Saturday 16:15–17:00 in LG7

Mining smartphone sensor data with python

Neal Lathia

Audience level:


Data from smartphone sensors can be used to learn from and analyse our daily behaviours. In this talk, I'll discuss processing and learning from sensor data with Python. I'll focus on accelerometers - a triaxial sensor that measures motion - starting with an overview pre-processing the data and ending with supervised and unsupervised learning applications and visualisations.


Our smartphones are increasingly being built with sensors, that can measure everything from where we are (GPS, Wi-Fi) to how we move (accelerometers) and other aspects of our environments (e.g., temperature, humidity). Many apps are now being designed to collect and leverage this data, in order to provide interesting context-aware services and quantify our daily routines.

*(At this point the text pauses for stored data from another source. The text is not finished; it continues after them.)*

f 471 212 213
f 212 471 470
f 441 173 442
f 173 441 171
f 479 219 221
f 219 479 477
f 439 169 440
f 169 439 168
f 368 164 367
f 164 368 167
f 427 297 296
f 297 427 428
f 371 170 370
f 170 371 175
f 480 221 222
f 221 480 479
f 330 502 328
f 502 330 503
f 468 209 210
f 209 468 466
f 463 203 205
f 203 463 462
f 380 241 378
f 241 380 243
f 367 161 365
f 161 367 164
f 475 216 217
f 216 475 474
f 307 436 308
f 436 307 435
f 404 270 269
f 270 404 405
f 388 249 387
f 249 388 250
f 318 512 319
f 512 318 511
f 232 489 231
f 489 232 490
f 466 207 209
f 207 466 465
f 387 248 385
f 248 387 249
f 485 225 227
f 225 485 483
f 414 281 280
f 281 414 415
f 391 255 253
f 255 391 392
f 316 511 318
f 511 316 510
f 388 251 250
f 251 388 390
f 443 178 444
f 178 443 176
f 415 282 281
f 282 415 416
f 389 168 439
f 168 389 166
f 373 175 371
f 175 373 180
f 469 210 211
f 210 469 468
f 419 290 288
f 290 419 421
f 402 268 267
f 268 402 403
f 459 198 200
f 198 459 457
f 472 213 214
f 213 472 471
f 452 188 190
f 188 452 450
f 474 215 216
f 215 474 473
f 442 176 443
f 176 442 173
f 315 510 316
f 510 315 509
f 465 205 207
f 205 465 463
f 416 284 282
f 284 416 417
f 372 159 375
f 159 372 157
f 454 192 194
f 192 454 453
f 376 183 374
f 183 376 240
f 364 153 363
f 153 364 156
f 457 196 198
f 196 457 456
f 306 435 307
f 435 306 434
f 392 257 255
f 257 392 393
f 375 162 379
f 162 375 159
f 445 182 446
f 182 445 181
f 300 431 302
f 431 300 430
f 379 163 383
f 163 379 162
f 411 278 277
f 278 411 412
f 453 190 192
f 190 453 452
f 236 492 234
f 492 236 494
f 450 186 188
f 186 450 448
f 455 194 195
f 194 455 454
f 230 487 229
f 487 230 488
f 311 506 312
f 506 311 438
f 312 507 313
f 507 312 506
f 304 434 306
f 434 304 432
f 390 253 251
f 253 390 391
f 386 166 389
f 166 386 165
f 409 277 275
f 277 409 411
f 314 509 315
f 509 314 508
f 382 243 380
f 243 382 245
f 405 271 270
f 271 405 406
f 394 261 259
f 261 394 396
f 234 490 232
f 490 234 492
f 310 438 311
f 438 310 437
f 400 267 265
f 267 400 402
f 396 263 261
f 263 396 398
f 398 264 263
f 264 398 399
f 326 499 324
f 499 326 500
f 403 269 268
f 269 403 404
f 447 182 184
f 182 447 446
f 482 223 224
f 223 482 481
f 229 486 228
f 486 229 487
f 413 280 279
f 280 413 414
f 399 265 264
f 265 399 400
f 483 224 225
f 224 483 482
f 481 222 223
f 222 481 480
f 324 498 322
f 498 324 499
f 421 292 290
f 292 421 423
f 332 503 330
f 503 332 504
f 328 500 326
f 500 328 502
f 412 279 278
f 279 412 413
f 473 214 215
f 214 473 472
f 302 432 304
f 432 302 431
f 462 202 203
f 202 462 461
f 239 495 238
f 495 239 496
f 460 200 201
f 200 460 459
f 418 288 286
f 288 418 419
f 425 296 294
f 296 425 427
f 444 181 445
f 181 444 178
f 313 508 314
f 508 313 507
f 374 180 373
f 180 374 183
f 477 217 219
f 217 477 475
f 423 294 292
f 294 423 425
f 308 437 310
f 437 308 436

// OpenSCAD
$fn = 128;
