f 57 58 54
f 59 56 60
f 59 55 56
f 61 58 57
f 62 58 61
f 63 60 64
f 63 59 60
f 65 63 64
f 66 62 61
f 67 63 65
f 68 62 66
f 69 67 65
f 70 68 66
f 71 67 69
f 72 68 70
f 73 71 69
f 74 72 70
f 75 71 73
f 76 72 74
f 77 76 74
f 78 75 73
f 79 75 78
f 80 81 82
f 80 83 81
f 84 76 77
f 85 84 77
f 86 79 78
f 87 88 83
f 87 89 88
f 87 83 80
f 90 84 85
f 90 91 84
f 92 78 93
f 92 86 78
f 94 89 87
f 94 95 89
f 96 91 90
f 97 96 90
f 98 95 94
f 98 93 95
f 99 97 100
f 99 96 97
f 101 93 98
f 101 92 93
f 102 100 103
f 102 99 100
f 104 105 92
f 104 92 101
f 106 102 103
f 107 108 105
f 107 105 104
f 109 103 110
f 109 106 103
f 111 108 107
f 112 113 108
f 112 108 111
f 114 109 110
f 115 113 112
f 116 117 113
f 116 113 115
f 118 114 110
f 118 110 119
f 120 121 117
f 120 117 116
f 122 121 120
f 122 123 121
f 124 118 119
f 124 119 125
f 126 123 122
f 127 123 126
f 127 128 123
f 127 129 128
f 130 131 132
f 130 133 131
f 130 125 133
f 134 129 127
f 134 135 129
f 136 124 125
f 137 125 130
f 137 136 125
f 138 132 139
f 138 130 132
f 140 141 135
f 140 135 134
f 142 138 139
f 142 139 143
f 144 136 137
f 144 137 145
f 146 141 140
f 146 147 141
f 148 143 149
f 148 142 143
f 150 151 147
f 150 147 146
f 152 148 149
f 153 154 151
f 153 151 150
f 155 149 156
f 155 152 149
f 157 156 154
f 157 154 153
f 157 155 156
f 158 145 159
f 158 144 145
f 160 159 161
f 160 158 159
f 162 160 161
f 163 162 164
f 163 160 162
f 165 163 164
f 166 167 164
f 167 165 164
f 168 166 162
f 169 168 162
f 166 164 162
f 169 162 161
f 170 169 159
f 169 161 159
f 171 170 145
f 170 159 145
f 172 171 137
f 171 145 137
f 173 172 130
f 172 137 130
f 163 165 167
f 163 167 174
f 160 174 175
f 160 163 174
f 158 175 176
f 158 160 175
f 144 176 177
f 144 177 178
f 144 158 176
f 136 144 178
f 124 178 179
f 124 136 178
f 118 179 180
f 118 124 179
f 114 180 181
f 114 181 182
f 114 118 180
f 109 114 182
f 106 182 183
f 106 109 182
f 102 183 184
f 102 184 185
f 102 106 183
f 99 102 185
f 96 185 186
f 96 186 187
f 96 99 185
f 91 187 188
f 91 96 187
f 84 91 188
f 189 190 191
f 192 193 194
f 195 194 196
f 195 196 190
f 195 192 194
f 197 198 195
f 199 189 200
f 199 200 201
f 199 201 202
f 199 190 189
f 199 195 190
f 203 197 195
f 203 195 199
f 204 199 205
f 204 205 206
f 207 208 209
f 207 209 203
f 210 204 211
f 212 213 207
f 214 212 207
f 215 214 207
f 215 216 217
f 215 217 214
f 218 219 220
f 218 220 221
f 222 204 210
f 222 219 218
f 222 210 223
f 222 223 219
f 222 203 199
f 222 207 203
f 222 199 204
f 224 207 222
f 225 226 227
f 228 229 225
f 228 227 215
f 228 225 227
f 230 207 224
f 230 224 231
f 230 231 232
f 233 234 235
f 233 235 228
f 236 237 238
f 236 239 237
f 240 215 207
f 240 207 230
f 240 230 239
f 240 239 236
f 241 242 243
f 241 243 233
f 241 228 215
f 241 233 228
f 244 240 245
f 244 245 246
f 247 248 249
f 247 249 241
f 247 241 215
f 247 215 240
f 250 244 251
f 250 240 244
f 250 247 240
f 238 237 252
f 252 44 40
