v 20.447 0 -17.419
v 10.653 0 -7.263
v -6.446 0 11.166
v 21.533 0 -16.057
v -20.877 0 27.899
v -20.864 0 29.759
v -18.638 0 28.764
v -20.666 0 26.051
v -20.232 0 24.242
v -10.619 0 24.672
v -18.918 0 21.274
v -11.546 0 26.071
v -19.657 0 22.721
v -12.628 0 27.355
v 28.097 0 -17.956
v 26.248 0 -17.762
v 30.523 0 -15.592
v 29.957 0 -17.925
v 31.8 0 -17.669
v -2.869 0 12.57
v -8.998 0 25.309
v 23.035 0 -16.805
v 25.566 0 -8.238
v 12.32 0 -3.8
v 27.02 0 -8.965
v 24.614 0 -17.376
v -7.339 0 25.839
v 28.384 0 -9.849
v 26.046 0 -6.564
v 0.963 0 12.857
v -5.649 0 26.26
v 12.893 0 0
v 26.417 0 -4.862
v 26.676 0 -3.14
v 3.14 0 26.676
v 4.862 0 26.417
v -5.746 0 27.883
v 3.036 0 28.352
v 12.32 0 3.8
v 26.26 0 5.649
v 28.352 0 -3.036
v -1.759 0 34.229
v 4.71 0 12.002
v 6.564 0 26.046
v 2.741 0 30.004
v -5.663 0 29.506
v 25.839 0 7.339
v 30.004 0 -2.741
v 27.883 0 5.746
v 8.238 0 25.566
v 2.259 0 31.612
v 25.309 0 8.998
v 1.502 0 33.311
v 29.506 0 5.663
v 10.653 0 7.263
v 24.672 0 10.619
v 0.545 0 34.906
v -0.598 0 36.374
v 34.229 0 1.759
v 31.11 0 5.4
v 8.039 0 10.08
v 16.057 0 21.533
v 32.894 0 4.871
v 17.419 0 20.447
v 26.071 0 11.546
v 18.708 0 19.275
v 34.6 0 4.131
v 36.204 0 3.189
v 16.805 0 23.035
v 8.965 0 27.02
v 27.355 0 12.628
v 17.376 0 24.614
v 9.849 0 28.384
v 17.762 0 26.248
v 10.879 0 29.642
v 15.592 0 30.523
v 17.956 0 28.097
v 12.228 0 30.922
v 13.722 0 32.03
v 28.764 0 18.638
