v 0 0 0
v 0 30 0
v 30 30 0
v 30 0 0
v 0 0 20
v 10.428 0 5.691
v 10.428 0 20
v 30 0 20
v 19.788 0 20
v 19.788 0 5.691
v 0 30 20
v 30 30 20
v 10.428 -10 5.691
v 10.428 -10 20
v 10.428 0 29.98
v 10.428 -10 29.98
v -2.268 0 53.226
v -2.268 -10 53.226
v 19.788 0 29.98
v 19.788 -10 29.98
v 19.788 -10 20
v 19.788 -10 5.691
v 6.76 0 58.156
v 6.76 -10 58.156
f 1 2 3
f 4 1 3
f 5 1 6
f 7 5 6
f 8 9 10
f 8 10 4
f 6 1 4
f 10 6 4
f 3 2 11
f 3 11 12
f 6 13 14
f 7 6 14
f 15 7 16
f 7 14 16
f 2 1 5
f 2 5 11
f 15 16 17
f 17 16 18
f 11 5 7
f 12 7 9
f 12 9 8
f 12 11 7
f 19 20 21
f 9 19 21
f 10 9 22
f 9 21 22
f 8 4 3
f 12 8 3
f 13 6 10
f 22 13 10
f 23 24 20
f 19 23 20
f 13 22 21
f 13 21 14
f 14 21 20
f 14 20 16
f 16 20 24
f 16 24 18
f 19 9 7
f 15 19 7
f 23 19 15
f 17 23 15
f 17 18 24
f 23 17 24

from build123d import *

# Parameters (mm, degrees)
SKETCH1_W           = 30
SKETCH1_H           = 30
BOSS_EXTRUDE1_DEPTH = 20
SKETCH2_W           = 9.360375711
SKETCH2_H           = 14.309479907
BOSS_EXTRUDE2_DEPTH = 10
BOSS_EXTRUDE3_DEPTH = 10


with BuildPart() as part:
    # Sketch1 → Boss-Extrude1 (new body)
    with BuildSketch(Plane.XY):
        with Locations((15, 15)):
            Rectangle(SKETCH1_W, SKETCH1_H)
    extrude(amount=BOSS_EXTRUDE1_DEPTH)

    # Sketch2 → Boss-Extrude2 (add)
    with BuildSketch(Plane.XZ):
        with Locations((15.108123152, 12.845260046)):
            Rectangle(SKETCH2_W, SKETCH2_H)
    extrude(amount=BOSS_EXTRUDE2_DEPTH)

    # Sketch3 → Boss-Extrude3 (add)
    with BuildSketch(Plane.XZ.offset(10)):
        Polygon((10.427935296, 29.980050477), (-2.268076866, 53.225538566), (6.759662186, 58.156228099), (19.788311007, 29.980050477), (19.788311007, 20), (10.427935296, 20), align=None)
    extrude(amount=-BOSS_EXTRUDE3_DEPTH)


solid = part.part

In this talk, I'll give an overview of collecting sensor data from an Android app and processing the data with Python. I'll focus on accelerometers - a triaxial sensor that measures the device's motion - which is now being used in apps that detect what you are doing (cycling, running, riding a train); if we have enough time I'll also briefly cover a similar example with Wi-Fi/location data. Using an open-sourced Android app and iPython notebook, I'll discuss the following questions:

  • What does the raw data look like? There are a number of trade-offs when collecting sensor data: most notably, data collection needs to be balanced against battery consumption. Plotting the raw data gives a view of how the data was sampled and how it changes across activities.
  • How can I pre-process and extract features from this data? Three kinds of features can be extracted from acceleromter data: statistical, time-series, and signal-based. Most of these are readily available in well-known Python libraries (scipy, numpy, statsmodels).
  • How can these features be used to analyse behaviours? I'll show an example of using accelerometer data to cluster users into groups, based on how active they are.
  • How can these features be used to detect behaviours? I'll show an example of training a supervised learning algorithm (using scikit-learn) to detect walking vs. running vs. standing.

I'll close by discussing how these techniques are being applied in novel smartphone apps for health monitoring.